What would make such a system interesting and deep is that you would need knowledge, and thus experience, to know where to look and who to ask to get your info. Just asking the first NPC ship you'd come across wouldn't help. A good bounty hunter would know in what kind of systems to look for certain types of NPCs who will be relevant ; they'll need to work on their reputation with the local factions if they want their questions answered, unless they're ready to get fines for bullying innocent people to squeeze info out of them.
Also, pirates don't need to be the only kind of target.
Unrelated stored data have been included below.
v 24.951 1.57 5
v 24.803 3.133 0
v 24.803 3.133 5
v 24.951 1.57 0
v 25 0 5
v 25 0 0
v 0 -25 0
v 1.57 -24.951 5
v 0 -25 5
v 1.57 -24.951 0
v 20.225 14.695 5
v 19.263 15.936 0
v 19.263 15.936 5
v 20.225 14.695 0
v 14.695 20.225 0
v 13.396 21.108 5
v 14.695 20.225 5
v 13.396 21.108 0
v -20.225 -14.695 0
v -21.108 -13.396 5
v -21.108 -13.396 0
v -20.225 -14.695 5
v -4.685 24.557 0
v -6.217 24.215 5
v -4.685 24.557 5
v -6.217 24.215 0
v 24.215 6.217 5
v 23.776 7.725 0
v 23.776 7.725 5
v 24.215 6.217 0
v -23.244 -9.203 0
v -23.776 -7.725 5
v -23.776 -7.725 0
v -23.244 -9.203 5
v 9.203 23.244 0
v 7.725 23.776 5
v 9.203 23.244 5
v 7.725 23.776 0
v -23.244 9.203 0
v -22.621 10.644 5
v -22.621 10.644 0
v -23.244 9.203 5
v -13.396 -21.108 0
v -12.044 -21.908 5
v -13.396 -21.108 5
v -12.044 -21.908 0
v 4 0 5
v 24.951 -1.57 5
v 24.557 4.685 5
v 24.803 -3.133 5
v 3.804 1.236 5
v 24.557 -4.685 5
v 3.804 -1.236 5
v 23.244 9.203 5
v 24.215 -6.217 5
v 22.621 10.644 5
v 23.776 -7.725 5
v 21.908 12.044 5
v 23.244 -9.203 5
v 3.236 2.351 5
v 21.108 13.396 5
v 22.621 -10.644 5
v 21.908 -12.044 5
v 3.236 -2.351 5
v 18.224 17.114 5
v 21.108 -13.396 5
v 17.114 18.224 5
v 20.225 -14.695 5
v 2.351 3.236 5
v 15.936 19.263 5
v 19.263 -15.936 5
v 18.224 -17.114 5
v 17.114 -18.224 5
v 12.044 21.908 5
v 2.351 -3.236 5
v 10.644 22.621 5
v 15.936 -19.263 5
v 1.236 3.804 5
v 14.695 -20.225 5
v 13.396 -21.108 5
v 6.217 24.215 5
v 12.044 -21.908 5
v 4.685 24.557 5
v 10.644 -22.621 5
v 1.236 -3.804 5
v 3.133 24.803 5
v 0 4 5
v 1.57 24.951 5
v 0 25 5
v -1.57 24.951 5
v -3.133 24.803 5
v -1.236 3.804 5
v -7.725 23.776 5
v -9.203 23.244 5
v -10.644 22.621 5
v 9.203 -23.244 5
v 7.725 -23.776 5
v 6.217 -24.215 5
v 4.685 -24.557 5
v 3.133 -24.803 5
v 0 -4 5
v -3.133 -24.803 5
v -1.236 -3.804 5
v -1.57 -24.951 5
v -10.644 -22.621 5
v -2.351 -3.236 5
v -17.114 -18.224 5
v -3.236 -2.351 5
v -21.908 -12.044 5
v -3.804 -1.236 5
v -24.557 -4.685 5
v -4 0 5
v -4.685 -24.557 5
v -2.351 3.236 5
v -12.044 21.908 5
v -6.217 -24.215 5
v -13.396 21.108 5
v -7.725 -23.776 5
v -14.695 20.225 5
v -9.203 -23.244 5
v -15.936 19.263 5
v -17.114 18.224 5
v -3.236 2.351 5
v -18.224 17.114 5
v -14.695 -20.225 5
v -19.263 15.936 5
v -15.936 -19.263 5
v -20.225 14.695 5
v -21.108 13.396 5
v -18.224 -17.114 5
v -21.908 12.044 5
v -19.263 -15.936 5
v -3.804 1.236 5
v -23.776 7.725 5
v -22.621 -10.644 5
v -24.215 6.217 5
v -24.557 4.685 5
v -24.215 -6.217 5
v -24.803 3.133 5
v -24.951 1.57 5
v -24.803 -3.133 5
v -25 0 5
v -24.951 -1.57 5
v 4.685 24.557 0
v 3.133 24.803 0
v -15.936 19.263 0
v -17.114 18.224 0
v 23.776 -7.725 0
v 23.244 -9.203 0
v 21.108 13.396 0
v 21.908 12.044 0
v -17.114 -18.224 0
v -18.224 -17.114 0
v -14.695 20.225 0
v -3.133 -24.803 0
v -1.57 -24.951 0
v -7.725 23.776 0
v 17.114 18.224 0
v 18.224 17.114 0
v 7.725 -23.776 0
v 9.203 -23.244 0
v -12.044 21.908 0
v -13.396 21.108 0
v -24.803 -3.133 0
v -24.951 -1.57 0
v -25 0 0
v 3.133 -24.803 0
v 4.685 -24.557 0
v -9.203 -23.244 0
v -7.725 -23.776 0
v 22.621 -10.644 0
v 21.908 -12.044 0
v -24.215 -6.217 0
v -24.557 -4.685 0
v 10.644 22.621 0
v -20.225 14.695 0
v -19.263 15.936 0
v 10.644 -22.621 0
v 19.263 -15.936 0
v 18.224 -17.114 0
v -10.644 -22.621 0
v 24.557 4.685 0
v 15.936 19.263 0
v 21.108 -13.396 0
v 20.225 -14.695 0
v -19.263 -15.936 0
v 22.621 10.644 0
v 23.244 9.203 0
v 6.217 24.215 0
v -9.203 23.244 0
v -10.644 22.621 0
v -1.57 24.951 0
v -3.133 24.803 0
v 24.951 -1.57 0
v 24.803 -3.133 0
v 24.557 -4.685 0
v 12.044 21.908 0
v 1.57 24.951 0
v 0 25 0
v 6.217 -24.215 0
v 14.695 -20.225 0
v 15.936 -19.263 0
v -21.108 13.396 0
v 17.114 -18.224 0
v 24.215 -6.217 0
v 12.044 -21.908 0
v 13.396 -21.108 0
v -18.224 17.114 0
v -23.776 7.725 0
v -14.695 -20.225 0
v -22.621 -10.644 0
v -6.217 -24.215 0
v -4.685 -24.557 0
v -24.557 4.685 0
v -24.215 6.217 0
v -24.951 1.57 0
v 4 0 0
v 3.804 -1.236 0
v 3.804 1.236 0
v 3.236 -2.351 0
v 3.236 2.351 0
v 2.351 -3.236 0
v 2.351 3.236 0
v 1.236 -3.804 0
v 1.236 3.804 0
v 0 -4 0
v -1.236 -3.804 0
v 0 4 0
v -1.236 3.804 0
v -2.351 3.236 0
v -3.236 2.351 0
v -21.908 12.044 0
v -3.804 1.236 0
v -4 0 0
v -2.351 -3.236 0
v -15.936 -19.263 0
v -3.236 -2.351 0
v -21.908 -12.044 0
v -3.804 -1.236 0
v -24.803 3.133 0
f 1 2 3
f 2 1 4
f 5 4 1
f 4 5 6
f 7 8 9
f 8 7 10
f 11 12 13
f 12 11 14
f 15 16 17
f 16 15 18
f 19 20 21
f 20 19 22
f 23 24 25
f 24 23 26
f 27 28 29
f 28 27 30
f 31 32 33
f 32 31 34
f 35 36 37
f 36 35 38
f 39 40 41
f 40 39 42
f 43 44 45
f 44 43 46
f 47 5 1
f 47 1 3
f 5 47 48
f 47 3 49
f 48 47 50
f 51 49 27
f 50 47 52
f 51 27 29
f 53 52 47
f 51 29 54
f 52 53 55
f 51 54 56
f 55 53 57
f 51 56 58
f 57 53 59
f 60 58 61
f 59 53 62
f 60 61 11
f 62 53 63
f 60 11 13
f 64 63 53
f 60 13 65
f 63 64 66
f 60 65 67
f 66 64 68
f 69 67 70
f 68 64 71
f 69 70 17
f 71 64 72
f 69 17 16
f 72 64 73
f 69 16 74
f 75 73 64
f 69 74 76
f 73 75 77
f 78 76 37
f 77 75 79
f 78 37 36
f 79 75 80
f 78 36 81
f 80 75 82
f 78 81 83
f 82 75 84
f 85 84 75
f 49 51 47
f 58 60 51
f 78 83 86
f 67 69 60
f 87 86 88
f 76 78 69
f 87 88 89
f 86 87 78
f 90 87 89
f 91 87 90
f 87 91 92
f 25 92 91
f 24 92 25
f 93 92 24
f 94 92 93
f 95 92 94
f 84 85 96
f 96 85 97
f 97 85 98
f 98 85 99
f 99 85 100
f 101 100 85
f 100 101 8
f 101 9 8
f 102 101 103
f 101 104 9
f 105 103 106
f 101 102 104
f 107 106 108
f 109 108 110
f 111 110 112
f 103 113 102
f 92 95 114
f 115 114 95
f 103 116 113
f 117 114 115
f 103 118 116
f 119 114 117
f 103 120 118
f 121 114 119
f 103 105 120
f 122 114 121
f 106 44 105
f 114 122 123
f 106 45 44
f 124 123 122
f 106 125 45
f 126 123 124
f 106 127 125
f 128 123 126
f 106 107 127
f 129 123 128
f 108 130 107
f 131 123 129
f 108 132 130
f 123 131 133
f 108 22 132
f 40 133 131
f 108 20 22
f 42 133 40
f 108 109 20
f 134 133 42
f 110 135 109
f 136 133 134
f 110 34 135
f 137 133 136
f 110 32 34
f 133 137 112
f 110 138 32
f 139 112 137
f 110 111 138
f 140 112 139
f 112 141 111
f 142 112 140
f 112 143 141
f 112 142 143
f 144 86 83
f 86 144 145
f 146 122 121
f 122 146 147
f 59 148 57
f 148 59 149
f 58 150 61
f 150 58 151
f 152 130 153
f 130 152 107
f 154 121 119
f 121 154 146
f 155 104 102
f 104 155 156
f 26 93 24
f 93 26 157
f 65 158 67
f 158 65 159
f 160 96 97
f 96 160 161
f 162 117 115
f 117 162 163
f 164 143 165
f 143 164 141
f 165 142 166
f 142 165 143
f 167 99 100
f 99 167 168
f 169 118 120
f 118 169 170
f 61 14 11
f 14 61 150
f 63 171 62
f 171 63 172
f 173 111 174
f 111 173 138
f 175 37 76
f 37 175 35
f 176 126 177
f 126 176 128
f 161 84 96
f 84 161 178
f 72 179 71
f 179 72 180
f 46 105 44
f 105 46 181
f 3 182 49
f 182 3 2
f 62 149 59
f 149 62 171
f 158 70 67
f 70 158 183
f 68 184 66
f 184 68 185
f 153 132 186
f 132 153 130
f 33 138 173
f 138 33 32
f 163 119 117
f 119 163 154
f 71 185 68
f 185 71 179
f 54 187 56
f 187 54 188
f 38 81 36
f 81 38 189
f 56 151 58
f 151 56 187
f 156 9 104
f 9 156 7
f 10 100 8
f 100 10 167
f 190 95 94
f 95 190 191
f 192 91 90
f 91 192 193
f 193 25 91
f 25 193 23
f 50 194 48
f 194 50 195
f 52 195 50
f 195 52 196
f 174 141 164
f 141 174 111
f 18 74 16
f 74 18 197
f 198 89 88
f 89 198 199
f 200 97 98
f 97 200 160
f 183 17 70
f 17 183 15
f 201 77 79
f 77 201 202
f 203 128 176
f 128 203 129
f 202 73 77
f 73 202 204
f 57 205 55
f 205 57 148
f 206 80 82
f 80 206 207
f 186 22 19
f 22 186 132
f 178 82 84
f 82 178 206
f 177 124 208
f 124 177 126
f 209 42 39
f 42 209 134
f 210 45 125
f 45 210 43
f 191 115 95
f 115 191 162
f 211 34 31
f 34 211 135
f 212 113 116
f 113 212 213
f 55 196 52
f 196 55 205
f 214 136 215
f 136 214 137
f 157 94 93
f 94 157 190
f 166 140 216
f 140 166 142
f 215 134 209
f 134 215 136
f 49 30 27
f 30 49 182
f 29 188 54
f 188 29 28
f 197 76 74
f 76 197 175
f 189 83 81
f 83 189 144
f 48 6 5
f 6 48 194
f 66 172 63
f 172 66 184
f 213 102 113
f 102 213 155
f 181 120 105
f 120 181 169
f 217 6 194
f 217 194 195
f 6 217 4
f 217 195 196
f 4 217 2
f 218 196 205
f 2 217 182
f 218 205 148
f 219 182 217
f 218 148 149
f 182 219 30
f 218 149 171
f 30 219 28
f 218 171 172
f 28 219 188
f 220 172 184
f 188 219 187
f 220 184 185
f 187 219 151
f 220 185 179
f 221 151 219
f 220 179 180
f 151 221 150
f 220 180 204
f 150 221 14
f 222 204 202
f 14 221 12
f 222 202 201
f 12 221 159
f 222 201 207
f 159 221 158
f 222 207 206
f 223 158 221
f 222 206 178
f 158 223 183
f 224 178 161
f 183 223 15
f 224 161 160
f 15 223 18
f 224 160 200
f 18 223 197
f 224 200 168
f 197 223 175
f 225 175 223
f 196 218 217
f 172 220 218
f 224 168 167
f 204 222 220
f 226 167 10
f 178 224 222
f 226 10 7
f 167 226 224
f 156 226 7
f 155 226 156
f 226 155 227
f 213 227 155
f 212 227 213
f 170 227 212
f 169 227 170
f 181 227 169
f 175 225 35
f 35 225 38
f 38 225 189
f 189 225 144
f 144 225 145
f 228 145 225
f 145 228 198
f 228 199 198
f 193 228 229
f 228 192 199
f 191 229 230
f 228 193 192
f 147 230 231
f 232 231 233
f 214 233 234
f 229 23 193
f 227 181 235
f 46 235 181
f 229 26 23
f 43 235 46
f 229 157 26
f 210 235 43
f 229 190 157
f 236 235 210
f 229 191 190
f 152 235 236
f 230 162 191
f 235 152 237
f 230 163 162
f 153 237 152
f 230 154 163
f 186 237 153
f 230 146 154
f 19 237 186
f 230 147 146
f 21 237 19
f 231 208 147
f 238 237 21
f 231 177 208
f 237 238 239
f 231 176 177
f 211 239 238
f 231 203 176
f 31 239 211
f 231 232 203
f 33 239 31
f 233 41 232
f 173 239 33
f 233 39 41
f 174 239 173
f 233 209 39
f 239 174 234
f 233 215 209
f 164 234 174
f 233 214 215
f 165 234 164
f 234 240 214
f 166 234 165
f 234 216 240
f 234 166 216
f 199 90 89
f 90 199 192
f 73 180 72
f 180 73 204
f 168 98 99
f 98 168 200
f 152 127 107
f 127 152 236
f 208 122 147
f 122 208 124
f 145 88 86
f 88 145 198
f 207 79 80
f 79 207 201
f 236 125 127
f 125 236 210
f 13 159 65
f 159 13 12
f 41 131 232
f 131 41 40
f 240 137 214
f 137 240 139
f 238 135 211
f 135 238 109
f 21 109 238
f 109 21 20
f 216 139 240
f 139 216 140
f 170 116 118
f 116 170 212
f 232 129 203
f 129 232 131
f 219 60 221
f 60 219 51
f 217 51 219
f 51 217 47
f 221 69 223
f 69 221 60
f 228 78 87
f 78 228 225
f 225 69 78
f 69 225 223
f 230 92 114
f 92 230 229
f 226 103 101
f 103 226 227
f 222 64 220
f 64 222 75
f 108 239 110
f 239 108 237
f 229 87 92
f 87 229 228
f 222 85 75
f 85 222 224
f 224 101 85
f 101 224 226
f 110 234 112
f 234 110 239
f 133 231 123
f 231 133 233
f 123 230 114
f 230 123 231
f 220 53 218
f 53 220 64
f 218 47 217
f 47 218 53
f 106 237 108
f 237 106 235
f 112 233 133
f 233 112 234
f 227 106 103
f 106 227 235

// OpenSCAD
// file: utils/build_plate.scad
// Build Plate representation module
// Made by Makerbot (http://curriculum.makerbot.com/daily_lessons/february/openscad_buildplate.html)

//use this to include a build plate visualization in your openSCAD scripts. Very useful for things designed to be edited in Makerbot Customizer

//to use, either include or use <utils/build_plate.scad>

//then just call build_plate(); with the following arguments (also, you have to have a real object in your scene for this to render)

//putting 0 as the first argument will give you a Replicator 2 build plate
//putting 1 as the first argument will give you a Replicator 1 build plate
//putting 2 as the first argument will give you a Thingomatic build plate
//putting 3 as the first argument will give you a manually adjustable build plate (note: if you use this option, you need to specify your build plates X length (in mm) as the second argument and the Y length (in mm) as the third argument. eg. build_plate(3,150,120);)

/*

to give your user control of which build plate they see in Customizer, include the following code:

use <utils/build_plate.scad>

//for display only, doesn't contribute to final object
build_plate_selector = 0; //[0:Replicator 2,1: Replicator,2:Thingomatic,3:Manual]
//when Build Plate Selector is set to "manual" this controls the build plate x dimension
build_plate_manual_x = 100; //[100:400]
//when Build Plate Selector is set to "manual" this controls the build plate y dimension
build_plate_manual_y = 100; //[100:400]

build_plate(build_plate_selector,build_plate_manual_x,build_plate_manual_y);

*/




//to see how this works, uncomment the following code

//build_plate_selector = 0; //[0:Replicator 2,1: Replicator,2:Thingomatic,3:Manual]
//build_plate_manual_x = 100; //[100:400]
//build_plate_manual_y = 100; //[100:400]
//
//build_plate(build_plate_selector,build_plate_manual_x,build_plate_manual_y);
//
//cube(5);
You could be tasked to kill a former member of your power who defected, a war criminal, a rival merchant... From pirate bases, you could get contracts on high authorities, rival gang leaders, snitches... Each of these would involve looking in different kinds of places, asking different kinds of people, using different tools...
Here is an example of how I imagine a more involved bounty hunting mission in ED, featuring walking on stations expansion (assuming it could let us do this sort of things):
- Get a contract for killing a pirate at a station. The bounty is issued by a rich merchant who is tired of getting his employed pilots mugged. All you know from the contract is that the target operates in 2-3 named systems and belongs to a certain criminal faction.
- You decide to leave your ship and go to the station's bar, hoping to find some info on your target. You talk to a patron who happens to be a contracted trader who's recently been pirated by your target. He tells you the target flies a red Imperial Clipper, and exclusively uses laser weapons. He warns you that when he tried to shoot back, the pirate fired some chaffs. He gives you the location where he was attacked, but it was a while ago, and the info is no longer useful.
- You get back in your ship and fly to one of the systems on your list. Once there, you notice on your radar a Vulture belonging to the same pirate faction as your target. You interdict it and start firing. Once your enemy is at 20% hull, he starts spooling up his FSD as you had planned, and you conveniently let him jump away.
- Using your wake scanner, you analyze his destination, and jump behind him.
- You follow him from a distance, until you see him drop in the middle of a planetary ring. You drop behind him, finding yourself near a secret pirate base. You turn off all your unnecessary systems, engage silent running, and start drifting silently towards the station. You pop a heat sink and completely disappear from the scanners, avoiding attention from pirates flying around. Unlike normal stations, there is little to no security, and very little docking management once inside the station, so you fly in without clearance.
- You land your ship at a discreet location, change your pilot outfit for something more "pirate-y" and walk out. Once inside the station, no one suspects you're not a fellow privateer, and you go in the bar. You ask around about your target, and learn he is currently leading a wing of four ships assaulting miners at a nearby extraction site in the system.
- You go back to your ship, leave the pirate base, and go to the designated location, where you find your target and claim your bounty.
You could have played it differently, for example shooting the pirate Vulture's thrusters and threatening to blow them up if they didn't give you your target's location. Or asking local traders if they had come across the pirate...
I hope the people at FD plan on further developping bounty hunting as a profession, to make it a more interesting process. It would be really cool to actually investigate your target before you could find it.